Amy Yang wins the 2024 KPMG Women's PGA Championship and secures her spot on Korea's Olympic golf team.

Back at Sahalee Country Club in Washington for the first time since 2016, the KPMG Women’s PGA Championship had plenty of exciting storylines to look forward to:

  • Would Brooke Henderson shoot another record 65 on this course enroute to victory?
  • Would Lydia Ko top the leaderboard again and finish strong?
  • Which players would officially qualify to represent their countries at the Olympics only a few weeks away?

We have answers to all those questions, and more. But first, let’s celebrate Amy Yang’s first win of the season – and her first major championship.

Amy Yang’s Win Honors Korean Heritage in Many Ways

When Yang sunk that tap-in putt to win the KPMG Championship, she solidified her spot on the Olympic team representing the Republic of Korea. She is the first Korean to win on the LPGA Tour in 2024 and is now the 6th player from Korea to win the KPMG Women’s PGA Championship, helping Korea rank second in number of winners of this particular major.

This is Yang’s 75th start in her major championship career, signaling just how difficult it truly is to add another notch to one’s record. She has had 12 top-5 finishes in those 75 starts, so she had been flirting with a win for a while. Winning at Sahalee solidifies she’ll receive the first-place prize of $1.56 million, an incredible sum; her career earnings are just shy of Korea’s highest paid player, Inbee Park.

Speaking of records, Yang is now tied with Bernhard Langer in margin of victory at a major championship. Langer won the U.S. Senior Open in 2010 by three shots as well.

Yang’s Short Game Was on Fire This Week

One part of Yang’s golf game that was frequently commented on was her short game. From chipping in for birdie during the second round to chipping in again today on Hole #5, Yang stayed calm and collected even when some trouble hit on the back nine.
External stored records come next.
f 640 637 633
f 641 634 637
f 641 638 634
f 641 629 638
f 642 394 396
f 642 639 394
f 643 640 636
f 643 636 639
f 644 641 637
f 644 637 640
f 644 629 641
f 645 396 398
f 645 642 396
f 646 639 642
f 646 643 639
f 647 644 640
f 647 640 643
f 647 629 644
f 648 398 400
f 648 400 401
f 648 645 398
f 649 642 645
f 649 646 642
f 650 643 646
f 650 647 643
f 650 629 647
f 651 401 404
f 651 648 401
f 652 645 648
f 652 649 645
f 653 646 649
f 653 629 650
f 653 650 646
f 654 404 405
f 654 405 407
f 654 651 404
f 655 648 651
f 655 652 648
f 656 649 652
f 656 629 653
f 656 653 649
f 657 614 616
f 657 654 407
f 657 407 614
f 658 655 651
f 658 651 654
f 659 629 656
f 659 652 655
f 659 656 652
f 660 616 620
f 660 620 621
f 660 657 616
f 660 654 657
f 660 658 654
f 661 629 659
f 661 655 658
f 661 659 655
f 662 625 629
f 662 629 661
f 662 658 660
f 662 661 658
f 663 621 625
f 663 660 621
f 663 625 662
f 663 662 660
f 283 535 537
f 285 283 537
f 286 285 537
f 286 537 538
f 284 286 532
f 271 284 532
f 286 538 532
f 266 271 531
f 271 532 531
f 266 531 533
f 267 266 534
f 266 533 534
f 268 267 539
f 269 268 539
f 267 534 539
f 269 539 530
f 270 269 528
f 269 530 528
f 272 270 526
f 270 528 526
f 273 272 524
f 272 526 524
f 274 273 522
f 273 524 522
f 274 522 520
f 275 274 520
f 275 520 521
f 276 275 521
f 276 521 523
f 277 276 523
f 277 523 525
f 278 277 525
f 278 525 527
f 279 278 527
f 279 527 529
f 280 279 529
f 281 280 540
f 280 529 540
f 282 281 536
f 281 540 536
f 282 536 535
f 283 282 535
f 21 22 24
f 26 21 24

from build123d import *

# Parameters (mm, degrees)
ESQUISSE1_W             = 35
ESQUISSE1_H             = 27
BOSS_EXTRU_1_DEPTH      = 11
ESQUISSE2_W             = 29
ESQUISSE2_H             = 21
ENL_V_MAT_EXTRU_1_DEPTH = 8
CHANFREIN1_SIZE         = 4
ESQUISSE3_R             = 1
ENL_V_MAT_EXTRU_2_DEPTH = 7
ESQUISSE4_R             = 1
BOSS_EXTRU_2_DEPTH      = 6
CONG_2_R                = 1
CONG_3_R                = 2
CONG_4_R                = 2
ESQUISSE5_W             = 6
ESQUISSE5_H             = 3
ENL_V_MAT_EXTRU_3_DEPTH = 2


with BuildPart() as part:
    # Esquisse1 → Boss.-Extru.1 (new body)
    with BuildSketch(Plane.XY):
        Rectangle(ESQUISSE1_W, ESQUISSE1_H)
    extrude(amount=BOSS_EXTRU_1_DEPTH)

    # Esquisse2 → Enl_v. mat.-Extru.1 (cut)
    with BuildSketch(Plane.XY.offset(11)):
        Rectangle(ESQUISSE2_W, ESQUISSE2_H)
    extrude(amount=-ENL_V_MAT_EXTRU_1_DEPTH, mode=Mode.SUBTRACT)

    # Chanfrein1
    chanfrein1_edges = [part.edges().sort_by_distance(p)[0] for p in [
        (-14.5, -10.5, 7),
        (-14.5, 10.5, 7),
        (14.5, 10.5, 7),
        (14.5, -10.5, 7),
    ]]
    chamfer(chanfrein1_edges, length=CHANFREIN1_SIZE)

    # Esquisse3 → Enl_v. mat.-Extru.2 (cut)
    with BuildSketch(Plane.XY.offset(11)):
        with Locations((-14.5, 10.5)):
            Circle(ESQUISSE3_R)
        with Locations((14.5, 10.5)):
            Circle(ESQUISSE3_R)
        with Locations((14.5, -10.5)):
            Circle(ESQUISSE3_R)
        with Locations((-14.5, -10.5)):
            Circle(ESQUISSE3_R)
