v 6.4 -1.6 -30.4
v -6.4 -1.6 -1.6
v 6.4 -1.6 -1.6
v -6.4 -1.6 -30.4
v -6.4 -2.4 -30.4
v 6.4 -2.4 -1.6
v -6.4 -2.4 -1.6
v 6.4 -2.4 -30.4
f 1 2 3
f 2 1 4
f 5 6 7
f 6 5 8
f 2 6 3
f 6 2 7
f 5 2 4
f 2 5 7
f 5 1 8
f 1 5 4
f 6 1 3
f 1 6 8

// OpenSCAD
// file: ../p/box.scad
use <../lib.scad>
function ldraw_lib__box() = [
// 0 Box 6 (six faces)
// 0 Name: box.dat
// 0 Author: James Jessiman
// 0 !LDRAW_ORG Primitive UPDATE 2002-05
// 0 !LICENSE Licensed under CC BY 2.0 and CC BY 4.0 : see CAreadme.txt
// 
// 0 BFC CERTIFY CCW
  [0,"BFC","CERTIFY"],
  [0,"BFC","CCW"],
// 
// 0 !HISTORY 2002-08-22 [sbliss] Applied BFC
// 0 !HISTORY 2002-11-30 [PTadmin] Official Update 2002-05
// 0 !HISTORY 2007-06-24 [PTadmin] Header formatted for Contributor Agreement
// 0 !HISTORY 2008-07-01 [PTadmin] Official Update 2008-01
// 
// 
// 2 24 1 1 1 -1 1 1
  [2,24,1,1,1,-1,1,1],
// 2 24 -1 1 1 -1 1 -1
  [2,24,-1,1,1,-1,1,-1],
// 2 24 -1 1 -1 1 1 -1
  [2,24,-1,1,-1,1,1,-1],
// 2 24 1 1 -1 1 1 1
  [2,24,1,1,-1,1,1,1],
// 2 24 1 -1 1 -1 -1 1
  [2,24,1,-1,1,-1,-1,1],
// 2 24 -1 -1 1 -1 -1 -1
  [2,24,-1,-1,1,-1,-1,-1],
// 2 24 -1 -1 -1 1 -1 -1
  [2,24,-1,-1,-1,1,-1,-1],
// 2 24 1 -1 -1 1 -1 1
  [2,24,1,-1,-1,1,-1,1],
// 2 24 1 -1 1 1 1 1
  [2,24,1,-1,1,1,1,1],
// 2 24 -1 -1 1 -1 1 1
  [2,24,-1,-1,1,-1,1,1],
// 2 24 1 -1 -1 1 1 -1
  [2,24,1,-1,-1,1,1,-1],
// 2 24 -1 -1 -1 -1 1 -1
  [2,24,-1,-1,-1,-1,1,-1],
// 4 16 1 1 1 1 1 -1 -1 1 -1 -1 1 1
  [4,16,1,1,1,1,1,-1,-1,1,-1,-1,1,1],
// 4 16 -1 -1 -1 1 -1 -1 1 -1 1 -1 -1 1
  [4,16,-1,-1,-1,1,-1,-1,1,-1,1,-1,-1,1],
// 4 16 -1 -1 1 1 -1 1 1 1 1 -1 1 1
  [4,16,-1,-1,1,1,-1,1,1,1,1,-1,1,1],
// 4 16 -1 -1 -1 -1 -1 1 -1 1 1 -1 1 -1
  [4,16,-1,-1,-1,-1,-1,1,-1,1,1,-1,1,-1],
// 4 16 1 -1 -1 -1 -1 -1 -1 1 -1 1 1 -1
  [4,16,1,-1,-1,-1,-1,-1,-1,1,-1,1,1,-1],
// 4 16 1 -1 1 1 -1 -1 1 1 -1 1 1 1
  [4,16,1,-1,1,1,-1,-1,1,1,-1,1,1,1],
// 0
];
makepoly(ldraw_lib__box(), line=0.2);
// main file
use <../lib.scad>
use <../p/box.scad>
function ldraw_lib__u8035() = [
// 0 ~Mursten Glass for Door  1 x  2 x  4
// 0 Name: u8035.dat
// 0 Author: J.C. Tchang [tchang]
// 0 !LDRAW_ORG Part UPDATE 2019-02
// 0 !LICENSE Licensed under CC BY 2.0 and CC BY 4.0 : see CAreadme.txt
// 
// 0 BFC CERTIFY CCW
  [0,"BFC","CERTIFY"],
  [0,"BFC","CCW"],
// 
// 0 !CATEGORY Door
// 0 !KEYWORDS Automatic Binding Brick
// 
// 0 !CMDLINE -c47
// 
// 0 !HISTORY 2019-06-03 [Holly-Wood] Inverted BFC, substituted prims, adjusted position, separated glass in separate file
// 0 !HISTORY 2019-09-09 [PTadmin] Official Update 2019-02
// 
// 
// 1 16 0 40 -5 16 0 0 0 0 -36 0 1 0 box.dat
  [1,16,0,40,-5,16,0,0,0,0,-36,0,1,0, ldraw_lib__box()],
];
makepoly(ldraw_lib__u8035(), line=0.2);
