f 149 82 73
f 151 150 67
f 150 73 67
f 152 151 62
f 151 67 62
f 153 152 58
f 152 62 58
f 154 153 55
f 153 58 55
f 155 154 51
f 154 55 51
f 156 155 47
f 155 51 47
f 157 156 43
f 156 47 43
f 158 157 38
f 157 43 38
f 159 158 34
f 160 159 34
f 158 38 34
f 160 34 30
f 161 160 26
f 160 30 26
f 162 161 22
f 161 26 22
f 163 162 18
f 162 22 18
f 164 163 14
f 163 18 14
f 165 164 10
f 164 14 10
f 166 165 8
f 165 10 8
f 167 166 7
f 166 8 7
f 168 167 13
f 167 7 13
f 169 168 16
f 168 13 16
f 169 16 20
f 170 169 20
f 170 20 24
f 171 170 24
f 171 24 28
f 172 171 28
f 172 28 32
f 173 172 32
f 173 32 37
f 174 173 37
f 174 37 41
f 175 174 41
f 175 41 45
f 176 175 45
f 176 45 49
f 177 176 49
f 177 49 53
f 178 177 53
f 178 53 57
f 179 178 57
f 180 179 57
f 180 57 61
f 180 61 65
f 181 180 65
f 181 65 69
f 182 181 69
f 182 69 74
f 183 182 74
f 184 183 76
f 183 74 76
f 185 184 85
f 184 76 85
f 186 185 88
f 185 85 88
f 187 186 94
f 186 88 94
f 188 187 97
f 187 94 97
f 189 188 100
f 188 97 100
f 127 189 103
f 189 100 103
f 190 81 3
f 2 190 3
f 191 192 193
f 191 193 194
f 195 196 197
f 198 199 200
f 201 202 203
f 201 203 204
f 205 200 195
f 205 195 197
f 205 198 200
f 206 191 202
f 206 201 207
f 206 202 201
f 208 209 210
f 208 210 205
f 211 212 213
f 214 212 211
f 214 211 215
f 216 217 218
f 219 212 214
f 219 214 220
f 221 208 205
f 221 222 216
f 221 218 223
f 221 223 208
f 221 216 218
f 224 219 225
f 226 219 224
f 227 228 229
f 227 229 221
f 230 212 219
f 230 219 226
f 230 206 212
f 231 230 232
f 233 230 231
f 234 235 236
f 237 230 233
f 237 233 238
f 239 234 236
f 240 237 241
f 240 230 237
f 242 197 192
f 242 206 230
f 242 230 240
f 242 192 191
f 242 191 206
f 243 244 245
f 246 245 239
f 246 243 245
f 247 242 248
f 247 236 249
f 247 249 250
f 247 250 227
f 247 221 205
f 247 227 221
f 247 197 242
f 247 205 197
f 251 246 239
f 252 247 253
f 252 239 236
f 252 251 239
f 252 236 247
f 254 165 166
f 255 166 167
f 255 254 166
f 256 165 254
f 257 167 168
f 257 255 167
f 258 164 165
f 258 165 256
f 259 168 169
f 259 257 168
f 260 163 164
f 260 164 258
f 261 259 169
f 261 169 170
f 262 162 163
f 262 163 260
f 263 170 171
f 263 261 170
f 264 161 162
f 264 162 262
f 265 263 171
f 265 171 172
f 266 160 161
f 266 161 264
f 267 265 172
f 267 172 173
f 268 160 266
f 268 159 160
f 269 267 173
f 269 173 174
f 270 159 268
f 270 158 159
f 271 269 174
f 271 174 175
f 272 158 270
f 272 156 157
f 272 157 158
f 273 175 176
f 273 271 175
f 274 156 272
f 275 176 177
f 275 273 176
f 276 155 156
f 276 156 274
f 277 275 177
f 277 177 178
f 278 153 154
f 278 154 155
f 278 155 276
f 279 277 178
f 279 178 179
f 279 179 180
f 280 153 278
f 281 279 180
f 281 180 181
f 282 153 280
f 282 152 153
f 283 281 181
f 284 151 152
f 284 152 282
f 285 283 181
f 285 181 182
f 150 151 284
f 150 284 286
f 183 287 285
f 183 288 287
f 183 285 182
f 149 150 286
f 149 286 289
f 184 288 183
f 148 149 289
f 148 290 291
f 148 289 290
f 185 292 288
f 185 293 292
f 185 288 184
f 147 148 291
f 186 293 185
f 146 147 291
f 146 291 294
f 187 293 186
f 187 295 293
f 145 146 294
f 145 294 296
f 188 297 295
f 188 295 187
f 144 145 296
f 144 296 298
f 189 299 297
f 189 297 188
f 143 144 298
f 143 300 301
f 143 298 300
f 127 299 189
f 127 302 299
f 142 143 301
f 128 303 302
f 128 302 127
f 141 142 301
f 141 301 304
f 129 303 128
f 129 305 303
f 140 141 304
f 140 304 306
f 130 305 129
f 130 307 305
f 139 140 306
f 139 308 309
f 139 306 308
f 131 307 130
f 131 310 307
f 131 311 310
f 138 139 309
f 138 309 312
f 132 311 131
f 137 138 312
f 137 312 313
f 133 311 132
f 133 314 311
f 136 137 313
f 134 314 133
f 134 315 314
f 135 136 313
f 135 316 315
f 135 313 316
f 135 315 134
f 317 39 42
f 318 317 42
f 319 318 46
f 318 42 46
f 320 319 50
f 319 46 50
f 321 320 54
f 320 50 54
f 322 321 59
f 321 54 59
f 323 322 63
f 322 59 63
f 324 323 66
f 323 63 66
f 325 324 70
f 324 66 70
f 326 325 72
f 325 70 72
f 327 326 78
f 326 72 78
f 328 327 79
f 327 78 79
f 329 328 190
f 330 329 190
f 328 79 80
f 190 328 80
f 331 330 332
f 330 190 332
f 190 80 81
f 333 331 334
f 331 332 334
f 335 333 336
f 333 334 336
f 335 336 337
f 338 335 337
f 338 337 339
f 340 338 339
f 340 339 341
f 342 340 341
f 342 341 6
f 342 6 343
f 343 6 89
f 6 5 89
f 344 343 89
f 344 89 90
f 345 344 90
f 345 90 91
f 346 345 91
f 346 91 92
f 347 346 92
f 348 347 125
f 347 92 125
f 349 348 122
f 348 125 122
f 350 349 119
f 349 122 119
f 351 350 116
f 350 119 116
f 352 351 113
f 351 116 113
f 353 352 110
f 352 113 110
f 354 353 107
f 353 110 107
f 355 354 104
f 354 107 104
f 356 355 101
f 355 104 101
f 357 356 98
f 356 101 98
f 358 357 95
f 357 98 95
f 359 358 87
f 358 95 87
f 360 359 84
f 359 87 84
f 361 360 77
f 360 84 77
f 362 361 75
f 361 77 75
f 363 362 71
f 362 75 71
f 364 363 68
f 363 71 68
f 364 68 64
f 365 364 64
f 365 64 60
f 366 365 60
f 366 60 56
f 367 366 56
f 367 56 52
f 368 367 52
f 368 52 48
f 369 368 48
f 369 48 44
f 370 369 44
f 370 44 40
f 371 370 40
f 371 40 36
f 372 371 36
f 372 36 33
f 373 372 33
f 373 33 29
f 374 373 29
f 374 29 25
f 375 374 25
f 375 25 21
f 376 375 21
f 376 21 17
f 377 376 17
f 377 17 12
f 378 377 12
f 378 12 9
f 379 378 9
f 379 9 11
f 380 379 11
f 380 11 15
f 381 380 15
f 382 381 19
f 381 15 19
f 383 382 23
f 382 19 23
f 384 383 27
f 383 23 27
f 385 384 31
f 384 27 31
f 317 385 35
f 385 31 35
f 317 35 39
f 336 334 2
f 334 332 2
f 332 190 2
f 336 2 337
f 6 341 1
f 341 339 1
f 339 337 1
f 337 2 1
Yang said, “I just tried to stay in the moment and with all the techniques I learned from my coach – it worked out great.”

Yang was also able to hit a few key par-5 holes in two shots this week, allowing her to put her short game to good use in securing birdies. She was ranking first after three rounds in her scrambling statistic, making more than 86% of her up-and-downs.

How Did Henderson and Ko Fare at Sahalee This Year?

While both ladies made the cut this week, Ko had an average performance and ended up placing T46, with a solid +1 round today moving her up 16 spots. Henderson also had a near-even event, shooting +3 overall and placing T22.

Olympic Golf Team Updates

To qualify for the Olympics, you must rank in the top 15 of the Rolex Women’s World Golf Rankings after a two-year period. This tournament was the final chance for players to move up in the rankings and qualify to represent their countries. Each team will have a maximum of four players.

The rankings are still being calculated officially, but we can say with certainty that Meghan Kang and Alison Lee will not be representing the United States after missing the cut this week. Nelly Korda and Lilia Vu are officially in, but we’re waiting to hear more on Rose Zhang.

Team Japan will likely have Yuka Saso leading the way, with Ayaka Furue and Miyu Yamashita waiting for the rankings to settle. Nasa Hatoaka is no longer in contention after missing the cut this week.

Team Sweden most likely has Maja Stark and Linn Grant on the team, with Madelene Sagstrom waiting for news. Anna Nordqvist missed the cut this week and no longer has any eligibility.

Yang came into today reminiscing about how badly she wanted to win a major championship, saying, “I mean, I grew up watching so many great players in the past, and I saw them winning all the major championships. I dreamed about playing out here because of them.”

Congratulations on securing your first major championship and good luck in Paris!